**Task item:** Once you find the line with "#49=VECTOR('',#48,1.);" in the data that follows, repeat it and every line after it exactly, through the line with "#74=LINE('',#70,#49);".
----- Information given
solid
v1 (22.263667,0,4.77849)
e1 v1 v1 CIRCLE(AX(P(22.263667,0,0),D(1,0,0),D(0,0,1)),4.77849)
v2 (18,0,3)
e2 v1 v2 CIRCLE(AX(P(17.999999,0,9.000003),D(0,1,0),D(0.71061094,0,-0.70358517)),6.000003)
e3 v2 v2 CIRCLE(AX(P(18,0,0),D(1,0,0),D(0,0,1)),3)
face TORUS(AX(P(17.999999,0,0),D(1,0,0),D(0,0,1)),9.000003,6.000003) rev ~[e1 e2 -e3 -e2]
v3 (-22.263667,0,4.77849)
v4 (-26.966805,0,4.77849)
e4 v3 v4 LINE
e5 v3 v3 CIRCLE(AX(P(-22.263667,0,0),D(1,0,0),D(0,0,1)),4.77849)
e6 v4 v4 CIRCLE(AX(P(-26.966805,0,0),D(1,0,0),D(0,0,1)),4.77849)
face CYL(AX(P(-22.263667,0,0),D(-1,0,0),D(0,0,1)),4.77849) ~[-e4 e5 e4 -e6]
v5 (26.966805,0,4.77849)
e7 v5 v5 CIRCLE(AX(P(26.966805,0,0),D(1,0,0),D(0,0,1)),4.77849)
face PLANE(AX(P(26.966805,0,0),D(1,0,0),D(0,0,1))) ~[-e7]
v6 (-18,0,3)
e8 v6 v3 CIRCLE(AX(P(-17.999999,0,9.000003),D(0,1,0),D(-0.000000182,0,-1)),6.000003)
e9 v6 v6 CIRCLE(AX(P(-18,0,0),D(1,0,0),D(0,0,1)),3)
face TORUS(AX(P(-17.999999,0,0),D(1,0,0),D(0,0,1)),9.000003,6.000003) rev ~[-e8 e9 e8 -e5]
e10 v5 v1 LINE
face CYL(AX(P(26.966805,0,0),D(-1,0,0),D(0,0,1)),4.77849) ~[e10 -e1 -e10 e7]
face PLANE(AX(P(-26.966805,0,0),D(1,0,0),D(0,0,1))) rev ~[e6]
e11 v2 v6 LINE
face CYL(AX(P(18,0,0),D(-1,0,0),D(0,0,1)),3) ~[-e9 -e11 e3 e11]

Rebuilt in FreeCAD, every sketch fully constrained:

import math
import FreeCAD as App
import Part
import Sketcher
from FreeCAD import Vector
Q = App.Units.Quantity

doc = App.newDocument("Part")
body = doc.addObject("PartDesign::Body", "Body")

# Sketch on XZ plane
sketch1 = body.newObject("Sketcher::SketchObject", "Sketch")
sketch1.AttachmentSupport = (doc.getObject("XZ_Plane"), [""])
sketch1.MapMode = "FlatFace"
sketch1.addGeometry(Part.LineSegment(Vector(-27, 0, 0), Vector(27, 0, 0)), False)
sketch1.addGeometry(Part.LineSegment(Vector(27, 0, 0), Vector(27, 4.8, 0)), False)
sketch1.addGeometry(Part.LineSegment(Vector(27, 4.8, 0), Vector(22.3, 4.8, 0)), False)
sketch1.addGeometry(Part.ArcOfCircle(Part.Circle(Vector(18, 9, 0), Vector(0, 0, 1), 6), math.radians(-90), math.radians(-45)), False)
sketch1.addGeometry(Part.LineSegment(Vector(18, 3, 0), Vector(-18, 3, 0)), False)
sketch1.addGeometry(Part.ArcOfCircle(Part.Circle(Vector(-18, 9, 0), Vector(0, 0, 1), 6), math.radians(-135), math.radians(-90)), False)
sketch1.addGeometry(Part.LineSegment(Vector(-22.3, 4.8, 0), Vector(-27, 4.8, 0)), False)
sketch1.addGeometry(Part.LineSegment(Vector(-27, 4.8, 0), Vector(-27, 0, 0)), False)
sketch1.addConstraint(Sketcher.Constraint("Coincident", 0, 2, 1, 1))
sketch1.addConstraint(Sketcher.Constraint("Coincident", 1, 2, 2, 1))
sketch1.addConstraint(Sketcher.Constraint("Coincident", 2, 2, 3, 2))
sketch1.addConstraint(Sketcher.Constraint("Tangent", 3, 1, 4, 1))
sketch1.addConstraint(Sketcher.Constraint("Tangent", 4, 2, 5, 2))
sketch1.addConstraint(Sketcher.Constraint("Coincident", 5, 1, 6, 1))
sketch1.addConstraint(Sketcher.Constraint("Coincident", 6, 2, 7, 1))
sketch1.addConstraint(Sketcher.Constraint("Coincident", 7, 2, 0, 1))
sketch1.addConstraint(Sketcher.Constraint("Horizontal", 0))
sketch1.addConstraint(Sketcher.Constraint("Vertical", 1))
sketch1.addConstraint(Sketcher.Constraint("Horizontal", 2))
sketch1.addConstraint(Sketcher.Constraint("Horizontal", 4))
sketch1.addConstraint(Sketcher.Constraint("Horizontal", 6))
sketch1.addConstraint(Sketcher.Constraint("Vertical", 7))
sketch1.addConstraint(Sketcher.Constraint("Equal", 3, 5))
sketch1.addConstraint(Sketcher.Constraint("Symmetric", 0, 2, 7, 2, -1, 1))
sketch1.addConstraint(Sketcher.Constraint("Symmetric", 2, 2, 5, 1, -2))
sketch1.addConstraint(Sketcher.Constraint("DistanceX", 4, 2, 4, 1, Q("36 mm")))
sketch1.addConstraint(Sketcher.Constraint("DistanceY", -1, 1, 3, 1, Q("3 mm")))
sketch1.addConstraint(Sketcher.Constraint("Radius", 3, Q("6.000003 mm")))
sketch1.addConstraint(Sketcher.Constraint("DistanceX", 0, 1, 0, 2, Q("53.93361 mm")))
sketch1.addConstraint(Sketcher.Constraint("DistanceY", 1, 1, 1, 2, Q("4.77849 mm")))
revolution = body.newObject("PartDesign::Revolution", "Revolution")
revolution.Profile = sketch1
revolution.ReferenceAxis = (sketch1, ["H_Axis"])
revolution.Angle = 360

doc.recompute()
----------
----- Information given
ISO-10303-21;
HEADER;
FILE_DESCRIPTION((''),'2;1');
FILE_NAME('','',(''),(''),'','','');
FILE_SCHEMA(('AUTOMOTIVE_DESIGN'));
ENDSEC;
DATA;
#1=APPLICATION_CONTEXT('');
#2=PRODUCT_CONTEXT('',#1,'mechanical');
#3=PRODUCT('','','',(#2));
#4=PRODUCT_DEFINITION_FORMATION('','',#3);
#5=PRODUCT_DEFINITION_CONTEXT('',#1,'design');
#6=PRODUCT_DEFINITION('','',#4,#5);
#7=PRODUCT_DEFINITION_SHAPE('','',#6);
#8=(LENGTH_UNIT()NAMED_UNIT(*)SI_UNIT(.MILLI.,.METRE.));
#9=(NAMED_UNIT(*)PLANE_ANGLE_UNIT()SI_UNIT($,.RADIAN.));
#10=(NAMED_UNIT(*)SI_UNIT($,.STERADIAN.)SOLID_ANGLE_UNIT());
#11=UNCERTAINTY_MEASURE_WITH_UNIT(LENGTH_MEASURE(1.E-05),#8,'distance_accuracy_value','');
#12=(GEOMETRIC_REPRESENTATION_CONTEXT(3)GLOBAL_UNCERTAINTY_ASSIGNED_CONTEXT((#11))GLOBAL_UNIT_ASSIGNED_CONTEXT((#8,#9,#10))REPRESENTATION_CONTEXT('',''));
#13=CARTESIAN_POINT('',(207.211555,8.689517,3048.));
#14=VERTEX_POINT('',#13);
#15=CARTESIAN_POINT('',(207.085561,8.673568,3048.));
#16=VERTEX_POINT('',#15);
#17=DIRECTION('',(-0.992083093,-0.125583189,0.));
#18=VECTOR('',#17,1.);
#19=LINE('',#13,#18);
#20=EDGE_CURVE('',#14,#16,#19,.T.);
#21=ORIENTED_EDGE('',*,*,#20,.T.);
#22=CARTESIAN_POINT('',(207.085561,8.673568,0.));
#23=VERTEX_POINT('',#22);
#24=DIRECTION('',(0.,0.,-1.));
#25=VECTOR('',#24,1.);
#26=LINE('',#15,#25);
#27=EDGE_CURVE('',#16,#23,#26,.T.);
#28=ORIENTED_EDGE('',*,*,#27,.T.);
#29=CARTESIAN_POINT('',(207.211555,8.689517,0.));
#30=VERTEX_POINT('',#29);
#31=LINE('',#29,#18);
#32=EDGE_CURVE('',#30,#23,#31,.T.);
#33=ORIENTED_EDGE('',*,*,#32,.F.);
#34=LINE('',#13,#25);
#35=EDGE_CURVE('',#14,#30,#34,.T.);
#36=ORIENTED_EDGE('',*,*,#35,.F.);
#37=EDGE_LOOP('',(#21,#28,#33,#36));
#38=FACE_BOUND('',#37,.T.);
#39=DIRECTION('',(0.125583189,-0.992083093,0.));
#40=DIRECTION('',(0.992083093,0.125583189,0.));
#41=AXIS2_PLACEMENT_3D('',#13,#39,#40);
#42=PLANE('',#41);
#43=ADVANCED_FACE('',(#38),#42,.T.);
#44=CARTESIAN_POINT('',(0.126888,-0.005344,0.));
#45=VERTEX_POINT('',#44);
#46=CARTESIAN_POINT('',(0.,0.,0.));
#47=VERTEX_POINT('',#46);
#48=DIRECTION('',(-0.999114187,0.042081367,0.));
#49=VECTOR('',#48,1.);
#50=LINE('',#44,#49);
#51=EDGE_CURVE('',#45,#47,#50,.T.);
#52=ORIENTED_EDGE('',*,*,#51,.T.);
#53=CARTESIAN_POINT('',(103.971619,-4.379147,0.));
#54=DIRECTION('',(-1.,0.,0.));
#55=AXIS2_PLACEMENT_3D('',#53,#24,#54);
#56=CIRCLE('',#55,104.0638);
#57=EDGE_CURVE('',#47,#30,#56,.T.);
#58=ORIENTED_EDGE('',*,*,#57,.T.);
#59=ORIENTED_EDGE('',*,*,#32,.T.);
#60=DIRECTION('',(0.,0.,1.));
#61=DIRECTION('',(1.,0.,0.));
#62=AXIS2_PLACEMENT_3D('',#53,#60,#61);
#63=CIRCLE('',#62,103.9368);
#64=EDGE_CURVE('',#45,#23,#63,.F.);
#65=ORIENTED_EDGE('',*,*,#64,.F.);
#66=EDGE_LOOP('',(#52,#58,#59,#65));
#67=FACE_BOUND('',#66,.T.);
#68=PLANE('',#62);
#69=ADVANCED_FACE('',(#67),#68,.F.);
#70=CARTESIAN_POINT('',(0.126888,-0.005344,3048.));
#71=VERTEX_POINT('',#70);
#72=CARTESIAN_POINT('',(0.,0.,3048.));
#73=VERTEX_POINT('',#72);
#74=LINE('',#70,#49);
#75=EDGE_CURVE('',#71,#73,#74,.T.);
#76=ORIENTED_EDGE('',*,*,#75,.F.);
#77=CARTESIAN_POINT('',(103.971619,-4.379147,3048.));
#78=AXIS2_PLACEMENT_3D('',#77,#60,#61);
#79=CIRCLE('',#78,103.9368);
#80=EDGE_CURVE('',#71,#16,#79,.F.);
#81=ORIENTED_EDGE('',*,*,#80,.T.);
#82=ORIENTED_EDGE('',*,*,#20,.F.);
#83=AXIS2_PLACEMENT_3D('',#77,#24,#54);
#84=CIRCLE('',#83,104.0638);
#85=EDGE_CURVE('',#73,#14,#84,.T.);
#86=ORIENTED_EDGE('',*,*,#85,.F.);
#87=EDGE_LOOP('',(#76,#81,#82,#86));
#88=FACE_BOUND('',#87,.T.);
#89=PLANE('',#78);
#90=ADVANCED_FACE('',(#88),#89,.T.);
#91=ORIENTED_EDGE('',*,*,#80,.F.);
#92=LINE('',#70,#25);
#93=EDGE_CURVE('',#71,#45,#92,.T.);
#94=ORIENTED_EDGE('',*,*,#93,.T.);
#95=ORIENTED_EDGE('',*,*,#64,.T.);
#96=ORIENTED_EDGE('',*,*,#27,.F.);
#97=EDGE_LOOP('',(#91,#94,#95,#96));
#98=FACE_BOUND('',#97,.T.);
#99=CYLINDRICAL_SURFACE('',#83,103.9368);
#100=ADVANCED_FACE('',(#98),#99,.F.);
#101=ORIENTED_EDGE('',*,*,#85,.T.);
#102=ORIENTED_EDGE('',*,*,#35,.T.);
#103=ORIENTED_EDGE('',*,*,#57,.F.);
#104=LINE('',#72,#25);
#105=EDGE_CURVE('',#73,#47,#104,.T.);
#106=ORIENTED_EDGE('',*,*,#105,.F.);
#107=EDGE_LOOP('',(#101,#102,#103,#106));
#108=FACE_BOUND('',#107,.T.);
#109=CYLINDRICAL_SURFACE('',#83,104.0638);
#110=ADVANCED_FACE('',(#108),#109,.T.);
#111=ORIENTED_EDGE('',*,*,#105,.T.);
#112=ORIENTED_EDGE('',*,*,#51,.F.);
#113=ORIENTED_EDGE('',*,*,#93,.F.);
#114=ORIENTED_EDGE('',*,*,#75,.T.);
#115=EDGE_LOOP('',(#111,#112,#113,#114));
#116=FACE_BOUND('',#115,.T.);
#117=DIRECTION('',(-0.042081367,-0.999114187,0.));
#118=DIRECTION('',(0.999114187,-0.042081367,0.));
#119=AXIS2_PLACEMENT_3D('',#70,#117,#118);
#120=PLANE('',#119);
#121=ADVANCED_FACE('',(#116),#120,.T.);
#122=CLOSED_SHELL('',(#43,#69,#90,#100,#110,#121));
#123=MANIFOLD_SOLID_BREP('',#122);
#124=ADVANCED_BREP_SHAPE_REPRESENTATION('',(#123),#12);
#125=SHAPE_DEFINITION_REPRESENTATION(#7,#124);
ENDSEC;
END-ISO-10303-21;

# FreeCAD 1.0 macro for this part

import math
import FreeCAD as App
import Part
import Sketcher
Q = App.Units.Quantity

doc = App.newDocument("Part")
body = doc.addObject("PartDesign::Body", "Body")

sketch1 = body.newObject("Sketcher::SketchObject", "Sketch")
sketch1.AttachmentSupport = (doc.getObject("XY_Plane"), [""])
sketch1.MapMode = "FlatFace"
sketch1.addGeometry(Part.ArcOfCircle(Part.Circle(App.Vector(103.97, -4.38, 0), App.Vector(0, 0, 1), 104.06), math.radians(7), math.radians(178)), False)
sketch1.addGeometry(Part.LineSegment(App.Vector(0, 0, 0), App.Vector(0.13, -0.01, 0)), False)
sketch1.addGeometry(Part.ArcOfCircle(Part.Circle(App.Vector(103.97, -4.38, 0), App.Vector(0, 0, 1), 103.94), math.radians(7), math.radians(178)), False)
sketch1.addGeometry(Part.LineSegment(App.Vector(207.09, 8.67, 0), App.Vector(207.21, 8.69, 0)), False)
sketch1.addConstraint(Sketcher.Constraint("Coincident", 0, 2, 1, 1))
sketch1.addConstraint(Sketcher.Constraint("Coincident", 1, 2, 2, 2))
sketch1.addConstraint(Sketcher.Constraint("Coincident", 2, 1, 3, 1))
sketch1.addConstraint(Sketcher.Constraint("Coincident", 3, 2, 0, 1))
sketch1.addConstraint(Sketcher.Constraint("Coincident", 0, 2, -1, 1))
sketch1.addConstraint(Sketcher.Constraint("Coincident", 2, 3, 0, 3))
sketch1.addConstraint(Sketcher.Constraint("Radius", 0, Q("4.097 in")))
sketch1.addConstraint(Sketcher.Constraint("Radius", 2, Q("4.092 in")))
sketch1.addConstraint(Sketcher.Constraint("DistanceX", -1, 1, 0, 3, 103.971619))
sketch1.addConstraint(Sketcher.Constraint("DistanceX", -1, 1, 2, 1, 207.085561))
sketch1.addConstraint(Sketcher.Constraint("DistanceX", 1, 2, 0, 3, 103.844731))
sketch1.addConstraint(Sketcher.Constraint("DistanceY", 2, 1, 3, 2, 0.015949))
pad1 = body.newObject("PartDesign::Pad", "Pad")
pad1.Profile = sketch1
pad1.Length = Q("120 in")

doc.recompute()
----------
----- Information given
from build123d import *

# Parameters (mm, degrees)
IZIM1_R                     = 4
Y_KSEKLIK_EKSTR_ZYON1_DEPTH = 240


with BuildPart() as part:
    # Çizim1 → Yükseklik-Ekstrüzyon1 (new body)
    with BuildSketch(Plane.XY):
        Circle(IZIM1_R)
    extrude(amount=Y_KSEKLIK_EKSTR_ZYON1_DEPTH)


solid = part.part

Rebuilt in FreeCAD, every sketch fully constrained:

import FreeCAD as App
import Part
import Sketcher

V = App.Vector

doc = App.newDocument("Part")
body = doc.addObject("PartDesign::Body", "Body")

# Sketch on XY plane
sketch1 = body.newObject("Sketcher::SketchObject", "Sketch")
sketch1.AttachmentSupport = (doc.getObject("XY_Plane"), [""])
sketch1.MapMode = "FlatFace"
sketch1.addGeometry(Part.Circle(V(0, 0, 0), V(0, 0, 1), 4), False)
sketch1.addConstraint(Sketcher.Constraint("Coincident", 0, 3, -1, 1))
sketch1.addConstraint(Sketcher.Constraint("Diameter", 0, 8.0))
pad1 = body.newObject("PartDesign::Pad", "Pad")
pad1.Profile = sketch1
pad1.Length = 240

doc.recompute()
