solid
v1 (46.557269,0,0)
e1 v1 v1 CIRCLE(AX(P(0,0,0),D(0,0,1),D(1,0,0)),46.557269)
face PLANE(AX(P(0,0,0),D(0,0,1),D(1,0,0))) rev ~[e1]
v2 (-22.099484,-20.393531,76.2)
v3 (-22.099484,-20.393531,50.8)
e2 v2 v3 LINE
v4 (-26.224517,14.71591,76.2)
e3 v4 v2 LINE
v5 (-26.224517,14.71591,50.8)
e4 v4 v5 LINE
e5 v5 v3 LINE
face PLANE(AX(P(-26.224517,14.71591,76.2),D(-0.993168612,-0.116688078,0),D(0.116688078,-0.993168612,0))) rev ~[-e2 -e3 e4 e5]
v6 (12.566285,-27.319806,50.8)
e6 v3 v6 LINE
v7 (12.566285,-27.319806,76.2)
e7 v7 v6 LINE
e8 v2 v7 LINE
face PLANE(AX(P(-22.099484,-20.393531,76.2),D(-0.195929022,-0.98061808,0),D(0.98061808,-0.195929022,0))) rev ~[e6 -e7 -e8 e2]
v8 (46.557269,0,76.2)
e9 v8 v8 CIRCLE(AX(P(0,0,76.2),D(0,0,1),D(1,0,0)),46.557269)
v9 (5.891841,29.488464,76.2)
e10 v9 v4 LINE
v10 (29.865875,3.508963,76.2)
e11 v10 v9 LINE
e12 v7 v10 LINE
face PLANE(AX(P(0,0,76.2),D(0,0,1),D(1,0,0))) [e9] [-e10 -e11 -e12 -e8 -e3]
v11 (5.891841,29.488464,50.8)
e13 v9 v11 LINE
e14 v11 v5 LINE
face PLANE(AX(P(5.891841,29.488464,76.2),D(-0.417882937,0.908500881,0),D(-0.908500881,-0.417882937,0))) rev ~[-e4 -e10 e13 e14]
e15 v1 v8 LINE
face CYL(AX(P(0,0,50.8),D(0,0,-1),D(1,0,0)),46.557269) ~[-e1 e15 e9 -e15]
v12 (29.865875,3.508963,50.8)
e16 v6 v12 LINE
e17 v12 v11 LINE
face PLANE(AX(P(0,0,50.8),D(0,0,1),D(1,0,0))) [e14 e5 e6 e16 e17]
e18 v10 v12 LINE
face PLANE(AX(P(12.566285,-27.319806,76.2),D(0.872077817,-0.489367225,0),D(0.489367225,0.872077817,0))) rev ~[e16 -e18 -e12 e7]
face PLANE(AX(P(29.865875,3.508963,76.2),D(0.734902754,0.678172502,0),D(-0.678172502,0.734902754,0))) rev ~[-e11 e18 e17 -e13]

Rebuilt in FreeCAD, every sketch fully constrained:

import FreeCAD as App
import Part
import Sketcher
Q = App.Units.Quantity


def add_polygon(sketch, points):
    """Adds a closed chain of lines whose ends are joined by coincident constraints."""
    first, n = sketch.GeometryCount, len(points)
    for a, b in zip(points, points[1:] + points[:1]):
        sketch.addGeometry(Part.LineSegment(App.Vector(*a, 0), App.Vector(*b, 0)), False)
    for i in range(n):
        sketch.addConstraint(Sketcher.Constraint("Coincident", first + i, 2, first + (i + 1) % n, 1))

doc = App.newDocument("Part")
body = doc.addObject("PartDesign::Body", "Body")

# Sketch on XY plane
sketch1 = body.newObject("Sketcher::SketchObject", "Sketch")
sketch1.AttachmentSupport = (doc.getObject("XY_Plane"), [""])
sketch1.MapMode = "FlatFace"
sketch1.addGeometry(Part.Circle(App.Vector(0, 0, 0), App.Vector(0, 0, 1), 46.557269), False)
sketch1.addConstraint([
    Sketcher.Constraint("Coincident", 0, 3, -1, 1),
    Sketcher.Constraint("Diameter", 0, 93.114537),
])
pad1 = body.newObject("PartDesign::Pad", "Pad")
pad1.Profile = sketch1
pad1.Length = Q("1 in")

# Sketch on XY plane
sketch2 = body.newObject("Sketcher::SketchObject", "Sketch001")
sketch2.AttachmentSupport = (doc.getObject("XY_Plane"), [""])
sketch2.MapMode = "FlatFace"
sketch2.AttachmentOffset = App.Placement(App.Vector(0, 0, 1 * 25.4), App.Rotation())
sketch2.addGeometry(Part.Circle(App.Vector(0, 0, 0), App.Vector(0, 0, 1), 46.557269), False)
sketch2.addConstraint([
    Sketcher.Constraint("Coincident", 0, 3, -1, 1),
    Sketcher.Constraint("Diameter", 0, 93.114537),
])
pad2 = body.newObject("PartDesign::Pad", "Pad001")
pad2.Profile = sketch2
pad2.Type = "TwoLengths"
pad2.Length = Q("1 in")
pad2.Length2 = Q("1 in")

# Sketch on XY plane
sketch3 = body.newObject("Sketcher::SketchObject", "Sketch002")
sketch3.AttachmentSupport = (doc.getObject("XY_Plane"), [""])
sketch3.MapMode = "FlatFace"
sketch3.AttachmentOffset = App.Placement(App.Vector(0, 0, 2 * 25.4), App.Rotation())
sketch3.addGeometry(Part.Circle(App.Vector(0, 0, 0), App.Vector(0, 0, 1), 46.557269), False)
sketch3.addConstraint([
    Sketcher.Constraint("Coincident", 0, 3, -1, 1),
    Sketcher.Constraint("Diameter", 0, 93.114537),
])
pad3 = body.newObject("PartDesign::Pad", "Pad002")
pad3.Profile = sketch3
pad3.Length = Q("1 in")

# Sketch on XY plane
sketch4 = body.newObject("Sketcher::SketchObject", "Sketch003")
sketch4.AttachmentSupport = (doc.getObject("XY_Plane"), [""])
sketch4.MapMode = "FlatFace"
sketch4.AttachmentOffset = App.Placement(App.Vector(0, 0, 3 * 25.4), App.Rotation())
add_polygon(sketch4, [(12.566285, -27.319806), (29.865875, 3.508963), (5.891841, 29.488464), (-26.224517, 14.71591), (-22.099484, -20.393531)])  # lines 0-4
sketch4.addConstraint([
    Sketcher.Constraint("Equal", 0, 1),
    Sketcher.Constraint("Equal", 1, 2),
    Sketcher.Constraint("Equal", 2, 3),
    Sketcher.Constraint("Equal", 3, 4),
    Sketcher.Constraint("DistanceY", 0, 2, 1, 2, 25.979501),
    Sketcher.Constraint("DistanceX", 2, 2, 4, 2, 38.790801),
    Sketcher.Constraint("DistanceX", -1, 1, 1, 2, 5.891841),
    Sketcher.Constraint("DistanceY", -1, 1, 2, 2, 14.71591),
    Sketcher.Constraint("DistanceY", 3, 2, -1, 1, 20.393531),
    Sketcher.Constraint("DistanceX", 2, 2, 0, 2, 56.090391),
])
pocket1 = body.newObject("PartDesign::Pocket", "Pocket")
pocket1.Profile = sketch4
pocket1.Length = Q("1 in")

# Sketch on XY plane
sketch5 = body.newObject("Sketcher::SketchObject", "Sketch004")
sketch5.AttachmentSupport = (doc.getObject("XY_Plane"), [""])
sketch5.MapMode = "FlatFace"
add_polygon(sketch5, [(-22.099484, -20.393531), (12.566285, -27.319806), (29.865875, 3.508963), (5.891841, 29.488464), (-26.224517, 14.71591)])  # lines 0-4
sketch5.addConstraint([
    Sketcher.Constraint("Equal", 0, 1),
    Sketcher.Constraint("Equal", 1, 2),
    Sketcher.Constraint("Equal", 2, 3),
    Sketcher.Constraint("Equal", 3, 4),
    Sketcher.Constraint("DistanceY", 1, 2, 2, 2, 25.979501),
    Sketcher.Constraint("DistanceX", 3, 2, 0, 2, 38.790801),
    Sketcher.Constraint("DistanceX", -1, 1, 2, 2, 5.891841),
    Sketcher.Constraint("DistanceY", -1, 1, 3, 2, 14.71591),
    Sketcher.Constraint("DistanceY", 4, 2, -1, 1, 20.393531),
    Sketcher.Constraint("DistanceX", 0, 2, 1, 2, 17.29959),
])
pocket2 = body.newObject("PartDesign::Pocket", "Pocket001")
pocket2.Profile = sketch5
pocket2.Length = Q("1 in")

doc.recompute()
----------
**Solution below:**
#49=VECTOR('',#48,1.);
#50=LINE('',#44,#49);
#51=EDGE_CURVE('',#45,#47,#50,.T.);
#52=ORIENTED_EDGE('',*,*,#51,.T.);
#53=CARTESIAN_POINT('',(103.971619,-4.379147,0.));
#54=DIRECTION('',(-1.,0.,0.));
#55=AXIS2_PLACEMENT_3D('',#53,#24,#54);
#56=CIRCLE('',#55,104.0638);
#57=EDGE_CURVE('',#47,#30,#56,.T.);
#58=ORIENTED_EDGE('',*,*,#57,.T.);
#59=ORIENTED_EDGE('',*,*,#32,.T.);
#60=DIRECTION('',(0.,0.,1.));
#61=DIRECTION('',(1.,0.,0.));
#62=AXIS2_PLACEMENT_3D('',#53,#60,#61);
#63=CIRCLE('',#62,103.9368);
#64=EDGE_CURVE('',#45,#23,#63,.F.);
#65=ORIENTED_EDGE('',*,*,#64,.F.);
#66=EDGE_LOOP('',(#52,#58,#59,#65));
#67=FACE_BOUND('',#66,.T.);
#68=PLANE('',#62);
#69=ADVANCED_FACE('',(#67),#68,.F.);
#70=CARTESIAN_POINT('',(0.126888,-0.005344,3048.));
#71=VERTEX_POINT('',#70);
#72=CARTESIAN_POINT('',(0.,0.,3048.));
#73=VERTEX_POINT('',#72);
#74=LINE('',#70,#49);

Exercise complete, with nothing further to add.